--- PROVIDED RECORDS Enclosed Below ---

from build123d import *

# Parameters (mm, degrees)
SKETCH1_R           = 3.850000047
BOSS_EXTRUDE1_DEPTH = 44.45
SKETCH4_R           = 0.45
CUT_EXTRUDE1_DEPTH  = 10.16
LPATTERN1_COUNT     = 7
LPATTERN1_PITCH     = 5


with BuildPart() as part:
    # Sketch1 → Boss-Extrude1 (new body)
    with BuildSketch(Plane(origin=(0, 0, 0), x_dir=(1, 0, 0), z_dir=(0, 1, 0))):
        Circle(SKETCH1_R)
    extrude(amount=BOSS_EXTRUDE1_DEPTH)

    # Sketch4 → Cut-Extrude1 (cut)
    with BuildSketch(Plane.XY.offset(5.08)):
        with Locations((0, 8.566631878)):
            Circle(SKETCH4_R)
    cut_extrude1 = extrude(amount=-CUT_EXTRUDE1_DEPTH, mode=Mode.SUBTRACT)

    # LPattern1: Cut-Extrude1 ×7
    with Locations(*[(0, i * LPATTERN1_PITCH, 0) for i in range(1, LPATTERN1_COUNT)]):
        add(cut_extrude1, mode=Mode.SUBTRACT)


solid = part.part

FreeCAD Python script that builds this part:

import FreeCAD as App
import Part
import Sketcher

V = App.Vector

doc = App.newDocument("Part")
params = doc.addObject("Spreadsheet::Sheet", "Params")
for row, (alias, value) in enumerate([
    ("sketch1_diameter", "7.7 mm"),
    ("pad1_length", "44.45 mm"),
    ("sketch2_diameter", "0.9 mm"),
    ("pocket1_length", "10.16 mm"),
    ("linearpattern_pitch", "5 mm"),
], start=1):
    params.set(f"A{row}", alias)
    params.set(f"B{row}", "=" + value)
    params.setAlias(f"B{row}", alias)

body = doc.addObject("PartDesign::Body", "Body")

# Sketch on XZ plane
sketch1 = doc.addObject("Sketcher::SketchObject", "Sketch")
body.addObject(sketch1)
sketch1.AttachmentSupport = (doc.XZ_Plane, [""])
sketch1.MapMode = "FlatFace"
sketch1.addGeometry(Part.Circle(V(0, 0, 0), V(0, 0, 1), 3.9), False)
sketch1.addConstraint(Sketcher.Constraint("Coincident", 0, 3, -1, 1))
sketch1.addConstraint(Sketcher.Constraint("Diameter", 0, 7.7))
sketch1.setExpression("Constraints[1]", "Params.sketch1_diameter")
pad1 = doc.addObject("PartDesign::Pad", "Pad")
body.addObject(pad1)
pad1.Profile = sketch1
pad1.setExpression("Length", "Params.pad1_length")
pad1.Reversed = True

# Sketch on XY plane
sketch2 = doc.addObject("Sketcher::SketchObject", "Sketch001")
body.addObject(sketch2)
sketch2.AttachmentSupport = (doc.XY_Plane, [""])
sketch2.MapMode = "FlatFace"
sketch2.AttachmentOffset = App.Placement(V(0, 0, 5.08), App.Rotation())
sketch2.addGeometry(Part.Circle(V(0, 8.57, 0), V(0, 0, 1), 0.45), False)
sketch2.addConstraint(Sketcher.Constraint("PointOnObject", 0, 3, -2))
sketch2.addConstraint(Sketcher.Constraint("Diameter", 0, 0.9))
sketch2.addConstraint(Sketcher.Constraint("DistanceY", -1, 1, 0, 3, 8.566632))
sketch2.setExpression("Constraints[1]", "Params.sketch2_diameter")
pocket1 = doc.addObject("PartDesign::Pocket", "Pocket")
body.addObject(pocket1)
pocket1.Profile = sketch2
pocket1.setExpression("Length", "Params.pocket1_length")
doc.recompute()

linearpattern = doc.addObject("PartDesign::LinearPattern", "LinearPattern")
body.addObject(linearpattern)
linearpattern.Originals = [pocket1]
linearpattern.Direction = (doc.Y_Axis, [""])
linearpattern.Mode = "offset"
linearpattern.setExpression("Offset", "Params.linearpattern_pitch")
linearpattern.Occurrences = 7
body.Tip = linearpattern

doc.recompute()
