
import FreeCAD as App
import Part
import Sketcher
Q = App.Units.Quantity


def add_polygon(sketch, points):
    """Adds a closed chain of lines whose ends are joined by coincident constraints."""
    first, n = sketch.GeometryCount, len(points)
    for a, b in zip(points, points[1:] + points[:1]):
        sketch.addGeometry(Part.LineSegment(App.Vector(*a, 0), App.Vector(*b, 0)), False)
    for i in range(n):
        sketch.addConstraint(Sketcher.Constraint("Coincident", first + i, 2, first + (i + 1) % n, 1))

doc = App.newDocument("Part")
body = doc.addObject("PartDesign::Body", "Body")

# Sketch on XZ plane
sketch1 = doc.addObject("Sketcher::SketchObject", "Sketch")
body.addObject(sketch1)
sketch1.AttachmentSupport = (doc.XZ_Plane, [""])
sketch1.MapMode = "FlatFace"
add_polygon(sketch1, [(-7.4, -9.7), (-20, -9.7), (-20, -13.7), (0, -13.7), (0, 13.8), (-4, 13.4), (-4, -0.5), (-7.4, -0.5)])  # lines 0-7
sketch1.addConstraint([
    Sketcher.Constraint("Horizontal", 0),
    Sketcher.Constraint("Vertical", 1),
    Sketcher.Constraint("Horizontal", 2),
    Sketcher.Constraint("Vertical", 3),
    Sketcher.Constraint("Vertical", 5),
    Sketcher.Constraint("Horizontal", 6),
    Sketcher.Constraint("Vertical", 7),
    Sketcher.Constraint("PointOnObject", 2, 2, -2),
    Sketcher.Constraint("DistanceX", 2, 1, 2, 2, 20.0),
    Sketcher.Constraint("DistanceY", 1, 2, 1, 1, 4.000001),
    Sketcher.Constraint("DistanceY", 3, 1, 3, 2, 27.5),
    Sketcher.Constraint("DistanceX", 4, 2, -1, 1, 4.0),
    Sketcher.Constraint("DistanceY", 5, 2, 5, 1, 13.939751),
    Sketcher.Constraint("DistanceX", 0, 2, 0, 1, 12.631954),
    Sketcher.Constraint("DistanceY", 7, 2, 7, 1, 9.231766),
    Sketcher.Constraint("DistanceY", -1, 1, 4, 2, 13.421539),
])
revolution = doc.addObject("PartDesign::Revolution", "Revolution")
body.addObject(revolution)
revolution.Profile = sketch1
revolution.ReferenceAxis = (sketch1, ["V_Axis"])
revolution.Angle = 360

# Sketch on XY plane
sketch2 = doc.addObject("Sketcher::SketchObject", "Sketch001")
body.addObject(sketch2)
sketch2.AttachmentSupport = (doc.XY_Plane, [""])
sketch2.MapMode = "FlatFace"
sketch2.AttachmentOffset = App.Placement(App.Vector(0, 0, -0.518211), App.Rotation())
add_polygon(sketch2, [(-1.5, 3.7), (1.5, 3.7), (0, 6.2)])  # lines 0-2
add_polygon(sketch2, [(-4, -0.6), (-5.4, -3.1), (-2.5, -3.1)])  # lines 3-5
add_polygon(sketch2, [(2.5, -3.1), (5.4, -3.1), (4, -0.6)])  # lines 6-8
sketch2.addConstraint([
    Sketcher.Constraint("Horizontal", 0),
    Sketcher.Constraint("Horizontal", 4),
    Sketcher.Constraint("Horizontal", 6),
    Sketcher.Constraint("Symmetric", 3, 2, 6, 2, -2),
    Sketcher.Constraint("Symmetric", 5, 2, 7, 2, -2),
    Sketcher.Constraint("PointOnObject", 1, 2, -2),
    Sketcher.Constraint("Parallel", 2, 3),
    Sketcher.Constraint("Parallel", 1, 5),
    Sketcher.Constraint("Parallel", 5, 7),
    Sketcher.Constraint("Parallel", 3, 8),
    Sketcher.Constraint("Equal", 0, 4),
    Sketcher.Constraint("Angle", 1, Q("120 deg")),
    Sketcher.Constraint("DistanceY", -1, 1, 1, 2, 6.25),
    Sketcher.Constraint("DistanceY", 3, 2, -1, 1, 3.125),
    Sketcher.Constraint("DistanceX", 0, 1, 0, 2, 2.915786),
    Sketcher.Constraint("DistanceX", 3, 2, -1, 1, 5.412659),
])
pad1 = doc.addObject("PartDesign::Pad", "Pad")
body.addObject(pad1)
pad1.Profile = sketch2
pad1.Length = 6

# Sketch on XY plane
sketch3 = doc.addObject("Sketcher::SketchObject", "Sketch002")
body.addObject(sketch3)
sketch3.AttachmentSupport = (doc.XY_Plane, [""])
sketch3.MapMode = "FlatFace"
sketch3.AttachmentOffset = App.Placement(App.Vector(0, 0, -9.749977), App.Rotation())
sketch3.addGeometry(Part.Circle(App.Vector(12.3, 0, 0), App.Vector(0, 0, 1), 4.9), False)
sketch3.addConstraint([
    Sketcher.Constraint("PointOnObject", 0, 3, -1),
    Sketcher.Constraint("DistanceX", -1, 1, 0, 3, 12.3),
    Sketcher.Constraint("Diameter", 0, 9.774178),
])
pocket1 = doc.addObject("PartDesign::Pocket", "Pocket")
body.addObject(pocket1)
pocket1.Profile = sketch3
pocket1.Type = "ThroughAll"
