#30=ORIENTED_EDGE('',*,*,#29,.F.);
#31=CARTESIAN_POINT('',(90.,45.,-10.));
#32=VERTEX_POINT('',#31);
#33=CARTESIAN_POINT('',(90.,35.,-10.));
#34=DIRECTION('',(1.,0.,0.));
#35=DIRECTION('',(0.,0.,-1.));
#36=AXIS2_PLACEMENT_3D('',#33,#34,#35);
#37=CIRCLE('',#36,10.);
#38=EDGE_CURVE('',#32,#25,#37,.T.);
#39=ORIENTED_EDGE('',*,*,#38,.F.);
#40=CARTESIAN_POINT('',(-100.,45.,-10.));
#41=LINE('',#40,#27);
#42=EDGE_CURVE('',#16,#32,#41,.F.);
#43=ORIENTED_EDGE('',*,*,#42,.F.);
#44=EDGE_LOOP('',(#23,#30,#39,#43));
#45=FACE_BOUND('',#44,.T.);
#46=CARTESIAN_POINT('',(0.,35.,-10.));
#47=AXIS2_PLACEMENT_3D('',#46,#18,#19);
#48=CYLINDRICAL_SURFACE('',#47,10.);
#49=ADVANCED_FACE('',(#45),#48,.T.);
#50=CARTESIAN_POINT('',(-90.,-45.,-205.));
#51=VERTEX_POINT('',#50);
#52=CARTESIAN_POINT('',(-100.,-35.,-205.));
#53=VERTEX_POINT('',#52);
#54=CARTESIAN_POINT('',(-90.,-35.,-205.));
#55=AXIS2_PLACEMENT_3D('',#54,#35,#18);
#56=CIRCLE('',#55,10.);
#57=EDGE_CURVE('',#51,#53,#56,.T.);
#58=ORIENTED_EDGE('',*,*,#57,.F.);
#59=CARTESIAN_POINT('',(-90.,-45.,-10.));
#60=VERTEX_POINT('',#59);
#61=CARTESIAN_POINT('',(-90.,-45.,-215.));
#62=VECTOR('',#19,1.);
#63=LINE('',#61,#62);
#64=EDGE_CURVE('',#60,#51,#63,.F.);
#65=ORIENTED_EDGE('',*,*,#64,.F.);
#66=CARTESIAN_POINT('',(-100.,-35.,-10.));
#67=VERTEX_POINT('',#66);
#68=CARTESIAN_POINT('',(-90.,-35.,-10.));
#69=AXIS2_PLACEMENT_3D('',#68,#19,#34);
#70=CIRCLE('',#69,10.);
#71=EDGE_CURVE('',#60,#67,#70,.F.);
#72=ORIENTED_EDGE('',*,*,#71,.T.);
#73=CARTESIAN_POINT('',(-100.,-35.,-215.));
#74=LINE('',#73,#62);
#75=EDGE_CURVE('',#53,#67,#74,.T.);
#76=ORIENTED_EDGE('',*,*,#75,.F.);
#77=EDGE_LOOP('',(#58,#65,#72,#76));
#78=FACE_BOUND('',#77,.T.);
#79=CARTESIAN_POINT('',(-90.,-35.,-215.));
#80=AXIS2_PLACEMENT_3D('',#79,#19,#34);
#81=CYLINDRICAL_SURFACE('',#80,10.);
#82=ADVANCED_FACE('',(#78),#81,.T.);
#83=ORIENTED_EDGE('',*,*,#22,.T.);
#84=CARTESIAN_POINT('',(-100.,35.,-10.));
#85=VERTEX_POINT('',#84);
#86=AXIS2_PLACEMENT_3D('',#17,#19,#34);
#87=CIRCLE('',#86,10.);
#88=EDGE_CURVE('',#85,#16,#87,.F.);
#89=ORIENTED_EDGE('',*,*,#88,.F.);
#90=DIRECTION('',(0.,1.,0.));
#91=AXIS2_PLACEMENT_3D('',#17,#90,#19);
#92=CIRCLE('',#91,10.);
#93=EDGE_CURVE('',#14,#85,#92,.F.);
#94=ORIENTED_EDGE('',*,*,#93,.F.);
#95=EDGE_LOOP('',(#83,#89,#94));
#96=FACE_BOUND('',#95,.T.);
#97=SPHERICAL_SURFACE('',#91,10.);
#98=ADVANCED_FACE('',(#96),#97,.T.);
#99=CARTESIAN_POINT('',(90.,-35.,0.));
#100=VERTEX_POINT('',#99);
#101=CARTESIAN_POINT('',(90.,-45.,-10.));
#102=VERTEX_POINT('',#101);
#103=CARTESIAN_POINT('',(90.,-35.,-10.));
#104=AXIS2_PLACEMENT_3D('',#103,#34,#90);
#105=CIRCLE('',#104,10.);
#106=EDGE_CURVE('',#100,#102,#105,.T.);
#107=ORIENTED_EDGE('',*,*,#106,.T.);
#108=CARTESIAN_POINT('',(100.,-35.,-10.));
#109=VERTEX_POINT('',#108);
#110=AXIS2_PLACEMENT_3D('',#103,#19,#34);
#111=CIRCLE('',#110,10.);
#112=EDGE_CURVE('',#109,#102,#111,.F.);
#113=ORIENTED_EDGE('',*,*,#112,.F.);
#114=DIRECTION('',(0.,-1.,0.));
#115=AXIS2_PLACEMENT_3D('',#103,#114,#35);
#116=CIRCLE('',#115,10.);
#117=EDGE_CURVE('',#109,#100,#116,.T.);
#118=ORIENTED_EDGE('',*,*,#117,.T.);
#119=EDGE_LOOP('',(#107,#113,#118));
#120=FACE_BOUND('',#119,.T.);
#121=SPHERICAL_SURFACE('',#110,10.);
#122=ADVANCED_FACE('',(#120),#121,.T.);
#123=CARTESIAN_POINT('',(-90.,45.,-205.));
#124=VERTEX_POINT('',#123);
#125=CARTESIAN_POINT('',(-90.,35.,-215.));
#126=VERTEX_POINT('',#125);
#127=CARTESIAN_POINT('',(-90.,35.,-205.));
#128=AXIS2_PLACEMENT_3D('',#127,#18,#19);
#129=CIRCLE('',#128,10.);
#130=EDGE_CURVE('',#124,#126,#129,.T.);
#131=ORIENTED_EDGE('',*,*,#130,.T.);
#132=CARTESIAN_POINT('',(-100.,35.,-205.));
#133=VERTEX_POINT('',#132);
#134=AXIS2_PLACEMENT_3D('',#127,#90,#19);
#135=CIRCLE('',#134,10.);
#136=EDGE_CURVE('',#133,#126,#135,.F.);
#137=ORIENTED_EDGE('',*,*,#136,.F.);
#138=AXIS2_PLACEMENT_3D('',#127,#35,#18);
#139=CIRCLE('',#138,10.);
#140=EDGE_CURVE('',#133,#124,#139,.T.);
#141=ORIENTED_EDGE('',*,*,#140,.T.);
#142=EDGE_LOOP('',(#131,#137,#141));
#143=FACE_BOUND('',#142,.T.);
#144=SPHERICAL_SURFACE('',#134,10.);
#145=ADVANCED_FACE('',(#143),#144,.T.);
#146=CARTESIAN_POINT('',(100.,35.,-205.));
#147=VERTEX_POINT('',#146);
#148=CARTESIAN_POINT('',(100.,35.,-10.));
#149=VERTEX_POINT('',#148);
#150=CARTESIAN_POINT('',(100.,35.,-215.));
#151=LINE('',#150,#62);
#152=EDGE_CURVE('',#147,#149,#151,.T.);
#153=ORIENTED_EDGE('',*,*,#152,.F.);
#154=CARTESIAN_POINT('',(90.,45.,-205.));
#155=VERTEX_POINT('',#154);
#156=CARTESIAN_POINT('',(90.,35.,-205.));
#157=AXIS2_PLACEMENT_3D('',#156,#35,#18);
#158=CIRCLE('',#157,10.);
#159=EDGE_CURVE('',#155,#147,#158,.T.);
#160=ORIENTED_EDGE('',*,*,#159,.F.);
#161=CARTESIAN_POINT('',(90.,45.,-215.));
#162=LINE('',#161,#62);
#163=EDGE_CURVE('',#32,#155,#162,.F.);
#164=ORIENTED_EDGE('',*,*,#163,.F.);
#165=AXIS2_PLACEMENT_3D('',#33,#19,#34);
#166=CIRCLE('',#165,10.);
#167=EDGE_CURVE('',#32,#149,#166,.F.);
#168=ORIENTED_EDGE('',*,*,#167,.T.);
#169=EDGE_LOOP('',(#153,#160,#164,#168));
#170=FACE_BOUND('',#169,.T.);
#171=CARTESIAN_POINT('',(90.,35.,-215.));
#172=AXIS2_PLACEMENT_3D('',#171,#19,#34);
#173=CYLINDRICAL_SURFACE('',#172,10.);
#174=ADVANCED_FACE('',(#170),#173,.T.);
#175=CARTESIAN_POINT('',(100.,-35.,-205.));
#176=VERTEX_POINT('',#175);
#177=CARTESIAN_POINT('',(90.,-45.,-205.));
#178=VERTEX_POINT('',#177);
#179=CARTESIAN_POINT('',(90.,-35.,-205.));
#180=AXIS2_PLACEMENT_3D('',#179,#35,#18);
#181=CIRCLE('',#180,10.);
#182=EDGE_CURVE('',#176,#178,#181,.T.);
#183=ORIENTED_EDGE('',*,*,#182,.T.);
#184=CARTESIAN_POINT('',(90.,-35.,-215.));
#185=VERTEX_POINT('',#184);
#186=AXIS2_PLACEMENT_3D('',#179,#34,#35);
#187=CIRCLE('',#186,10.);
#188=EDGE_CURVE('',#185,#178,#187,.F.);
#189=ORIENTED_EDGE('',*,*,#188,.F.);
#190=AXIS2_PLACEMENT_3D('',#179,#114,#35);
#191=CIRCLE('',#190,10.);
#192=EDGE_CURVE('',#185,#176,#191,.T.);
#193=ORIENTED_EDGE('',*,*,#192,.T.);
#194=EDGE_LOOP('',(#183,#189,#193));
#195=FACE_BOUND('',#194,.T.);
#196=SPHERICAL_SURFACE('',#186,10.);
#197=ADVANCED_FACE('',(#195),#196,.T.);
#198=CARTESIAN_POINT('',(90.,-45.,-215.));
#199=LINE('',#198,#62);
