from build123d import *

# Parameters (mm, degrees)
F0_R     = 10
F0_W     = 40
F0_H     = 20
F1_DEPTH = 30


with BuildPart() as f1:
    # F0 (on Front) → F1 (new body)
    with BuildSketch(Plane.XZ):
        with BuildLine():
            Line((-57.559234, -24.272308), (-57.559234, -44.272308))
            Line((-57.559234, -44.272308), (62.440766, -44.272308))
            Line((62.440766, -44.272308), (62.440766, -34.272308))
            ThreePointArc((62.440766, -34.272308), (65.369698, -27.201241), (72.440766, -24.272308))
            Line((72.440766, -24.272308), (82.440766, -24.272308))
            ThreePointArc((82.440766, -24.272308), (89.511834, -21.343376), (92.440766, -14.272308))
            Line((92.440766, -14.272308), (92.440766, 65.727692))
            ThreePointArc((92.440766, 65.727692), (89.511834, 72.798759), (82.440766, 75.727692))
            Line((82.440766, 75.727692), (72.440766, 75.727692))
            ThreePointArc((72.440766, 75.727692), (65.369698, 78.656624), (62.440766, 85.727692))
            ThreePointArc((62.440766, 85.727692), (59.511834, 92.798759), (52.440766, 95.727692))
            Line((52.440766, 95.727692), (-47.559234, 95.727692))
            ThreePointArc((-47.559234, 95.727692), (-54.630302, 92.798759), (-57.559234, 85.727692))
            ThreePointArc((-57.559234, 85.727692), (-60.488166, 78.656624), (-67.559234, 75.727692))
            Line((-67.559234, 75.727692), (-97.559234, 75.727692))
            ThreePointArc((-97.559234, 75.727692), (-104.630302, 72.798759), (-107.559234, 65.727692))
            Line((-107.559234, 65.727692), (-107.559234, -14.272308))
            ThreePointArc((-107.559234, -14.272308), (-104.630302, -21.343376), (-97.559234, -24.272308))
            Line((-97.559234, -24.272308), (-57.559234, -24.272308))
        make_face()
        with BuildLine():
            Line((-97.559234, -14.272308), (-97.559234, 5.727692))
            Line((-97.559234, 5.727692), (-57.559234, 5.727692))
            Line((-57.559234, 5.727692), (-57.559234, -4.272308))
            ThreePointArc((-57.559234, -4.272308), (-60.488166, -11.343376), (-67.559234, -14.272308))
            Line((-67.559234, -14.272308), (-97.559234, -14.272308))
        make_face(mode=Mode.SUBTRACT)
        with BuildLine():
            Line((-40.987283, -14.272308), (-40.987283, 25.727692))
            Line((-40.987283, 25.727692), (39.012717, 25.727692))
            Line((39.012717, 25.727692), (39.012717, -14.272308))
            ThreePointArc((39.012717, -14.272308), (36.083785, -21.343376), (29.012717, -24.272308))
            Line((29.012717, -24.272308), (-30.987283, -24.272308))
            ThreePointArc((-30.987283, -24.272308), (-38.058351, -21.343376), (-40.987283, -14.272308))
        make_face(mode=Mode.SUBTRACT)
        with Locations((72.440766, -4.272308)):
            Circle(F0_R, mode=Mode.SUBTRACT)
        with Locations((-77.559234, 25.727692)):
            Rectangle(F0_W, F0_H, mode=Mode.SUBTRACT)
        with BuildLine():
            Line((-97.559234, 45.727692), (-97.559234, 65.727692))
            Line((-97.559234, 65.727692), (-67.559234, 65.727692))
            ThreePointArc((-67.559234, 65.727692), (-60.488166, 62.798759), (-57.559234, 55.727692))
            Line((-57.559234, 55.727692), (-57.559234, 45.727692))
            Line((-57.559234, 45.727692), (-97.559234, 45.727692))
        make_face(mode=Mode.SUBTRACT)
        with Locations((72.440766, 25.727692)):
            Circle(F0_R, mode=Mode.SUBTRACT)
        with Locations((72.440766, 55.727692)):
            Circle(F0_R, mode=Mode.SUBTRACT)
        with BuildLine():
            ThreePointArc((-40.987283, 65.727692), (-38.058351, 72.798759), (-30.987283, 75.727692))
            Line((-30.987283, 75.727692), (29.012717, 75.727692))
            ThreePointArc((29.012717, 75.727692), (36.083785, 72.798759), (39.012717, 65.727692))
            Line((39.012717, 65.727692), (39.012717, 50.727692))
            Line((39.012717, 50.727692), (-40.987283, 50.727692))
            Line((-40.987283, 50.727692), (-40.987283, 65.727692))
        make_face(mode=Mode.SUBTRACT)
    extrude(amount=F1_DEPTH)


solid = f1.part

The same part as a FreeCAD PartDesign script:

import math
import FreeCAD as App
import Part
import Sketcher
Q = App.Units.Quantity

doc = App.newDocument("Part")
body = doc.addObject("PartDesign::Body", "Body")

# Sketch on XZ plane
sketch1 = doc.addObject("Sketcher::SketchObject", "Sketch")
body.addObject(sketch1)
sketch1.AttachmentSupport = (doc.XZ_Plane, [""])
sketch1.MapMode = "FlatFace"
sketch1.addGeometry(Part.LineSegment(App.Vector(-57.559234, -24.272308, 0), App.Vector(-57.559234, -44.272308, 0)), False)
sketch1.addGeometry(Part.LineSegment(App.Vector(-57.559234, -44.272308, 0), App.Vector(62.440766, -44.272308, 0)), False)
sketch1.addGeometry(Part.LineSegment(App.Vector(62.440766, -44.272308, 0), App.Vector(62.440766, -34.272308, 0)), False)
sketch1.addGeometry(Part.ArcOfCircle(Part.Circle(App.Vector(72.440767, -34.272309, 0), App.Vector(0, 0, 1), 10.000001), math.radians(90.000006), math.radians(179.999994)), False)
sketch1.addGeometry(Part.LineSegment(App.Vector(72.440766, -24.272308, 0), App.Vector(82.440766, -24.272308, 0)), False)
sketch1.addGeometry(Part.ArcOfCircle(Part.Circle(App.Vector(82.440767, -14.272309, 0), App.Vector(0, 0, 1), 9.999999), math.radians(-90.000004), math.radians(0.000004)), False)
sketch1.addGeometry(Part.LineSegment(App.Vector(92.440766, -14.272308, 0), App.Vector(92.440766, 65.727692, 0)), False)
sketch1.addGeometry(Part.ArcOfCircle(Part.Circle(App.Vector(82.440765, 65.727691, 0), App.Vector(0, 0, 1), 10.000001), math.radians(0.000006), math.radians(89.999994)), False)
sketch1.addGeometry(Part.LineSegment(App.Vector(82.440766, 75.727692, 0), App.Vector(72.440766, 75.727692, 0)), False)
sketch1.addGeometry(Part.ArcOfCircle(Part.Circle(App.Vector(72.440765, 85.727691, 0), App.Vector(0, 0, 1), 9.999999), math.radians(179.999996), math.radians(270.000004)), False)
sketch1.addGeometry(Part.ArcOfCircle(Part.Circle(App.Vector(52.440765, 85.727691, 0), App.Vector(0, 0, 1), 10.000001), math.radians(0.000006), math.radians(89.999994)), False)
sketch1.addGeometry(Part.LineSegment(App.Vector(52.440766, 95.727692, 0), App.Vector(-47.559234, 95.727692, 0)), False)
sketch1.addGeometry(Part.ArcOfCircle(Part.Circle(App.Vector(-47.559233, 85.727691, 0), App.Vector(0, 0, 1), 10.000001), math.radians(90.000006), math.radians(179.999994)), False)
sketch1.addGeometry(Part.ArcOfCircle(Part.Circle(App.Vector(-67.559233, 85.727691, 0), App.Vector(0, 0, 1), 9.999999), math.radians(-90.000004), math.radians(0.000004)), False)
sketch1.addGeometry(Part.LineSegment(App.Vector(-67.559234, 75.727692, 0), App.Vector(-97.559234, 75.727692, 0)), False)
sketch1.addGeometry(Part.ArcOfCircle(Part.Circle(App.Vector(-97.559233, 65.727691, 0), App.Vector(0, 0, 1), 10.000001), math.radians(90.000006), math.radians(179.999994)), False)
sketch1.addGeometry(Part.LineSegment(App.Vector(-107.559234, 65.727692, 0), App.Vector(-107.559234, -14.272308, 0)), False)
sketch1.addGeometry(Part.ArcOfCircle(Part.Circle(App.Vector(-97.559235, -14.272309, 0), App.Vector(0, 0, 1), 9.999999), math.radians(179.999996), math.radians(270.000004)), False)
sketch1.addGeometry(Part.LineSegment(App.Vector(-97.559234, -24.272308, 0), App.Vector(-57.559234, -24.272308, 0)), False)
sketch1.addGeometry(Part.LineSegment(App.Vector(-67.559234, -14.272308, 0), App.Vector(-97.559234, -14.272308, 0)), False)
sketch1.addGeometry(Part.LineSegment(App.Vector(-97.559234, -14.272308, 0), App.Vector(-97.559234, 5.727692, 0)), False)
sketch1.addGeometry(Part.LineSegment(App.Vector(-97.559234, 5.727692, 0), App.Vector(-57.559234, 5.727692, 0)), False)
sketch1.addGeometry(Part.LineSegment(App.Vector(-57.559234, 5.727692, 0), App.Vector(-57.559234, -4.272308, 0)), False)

--- End of Enclosed PROVIDED RECORDS ---

§ **WHAT TO DO**:
Copy out each line of the data above, exactly, if it lies between the line holding "#137=ORIENTED_EDGE('',*,*,#136,.F.);" and the line holding "#159=EDGE_CURVE('',#155,#147,#158,.T.);", inclusive; copy no other line.

§ **WRITTEN SOLUTION**:
#137=ORIENTED_EDGE('',*,*,#136,.F.);
#138=AXIS2_PLACEMENT_3D('',#127,#35,#18);
#139=CIRCLE('',#138,10.);
#140=EDGE_CURVE('',#133,#124,#139,.T.);
#141=ORIENTED_EDGE('',*,*,#140,.T.);
#142=EDGE_LOOP('',(#131,#137,#141));
#143=FACE_BOUND('',#142,.T.);
#144=SPHERICAL_SURFACE('',#134,10.);
#145=ADVANCED_FACE('',(#143),#144,.T.);
#146=CARTESIAN_POINT('',(100.,35.,-205.));
#147=VERTEX_POINT('',#146);
#148=CARTESIAN_POINT('',(100.,35.,-10.));
#149=VERTEX_POINT('',#148);
#150=CARTESIAN_POINT('',(100.,35.,-215.));
#151=LINE('',#150,#62);
#152=EDGE_CURVE('',#147,#149,#151,.T.);
#153=ORIENTED_EDGE('',*,*,#152,.F.);
#154=CARTESIAN_POINT('',(90.,45.,-205.));
#155=VERTEX_POINT('',#154);
#156=CARTESIAN_POINT('',(90.,35.,-205.));
#157=AXIS2_PLACEMENT_3D('',#156,#35,#18);
#158=CIRCLE('',#157,10.);
#159=EDGE_CURVE('',#155,#147,#158,.T.);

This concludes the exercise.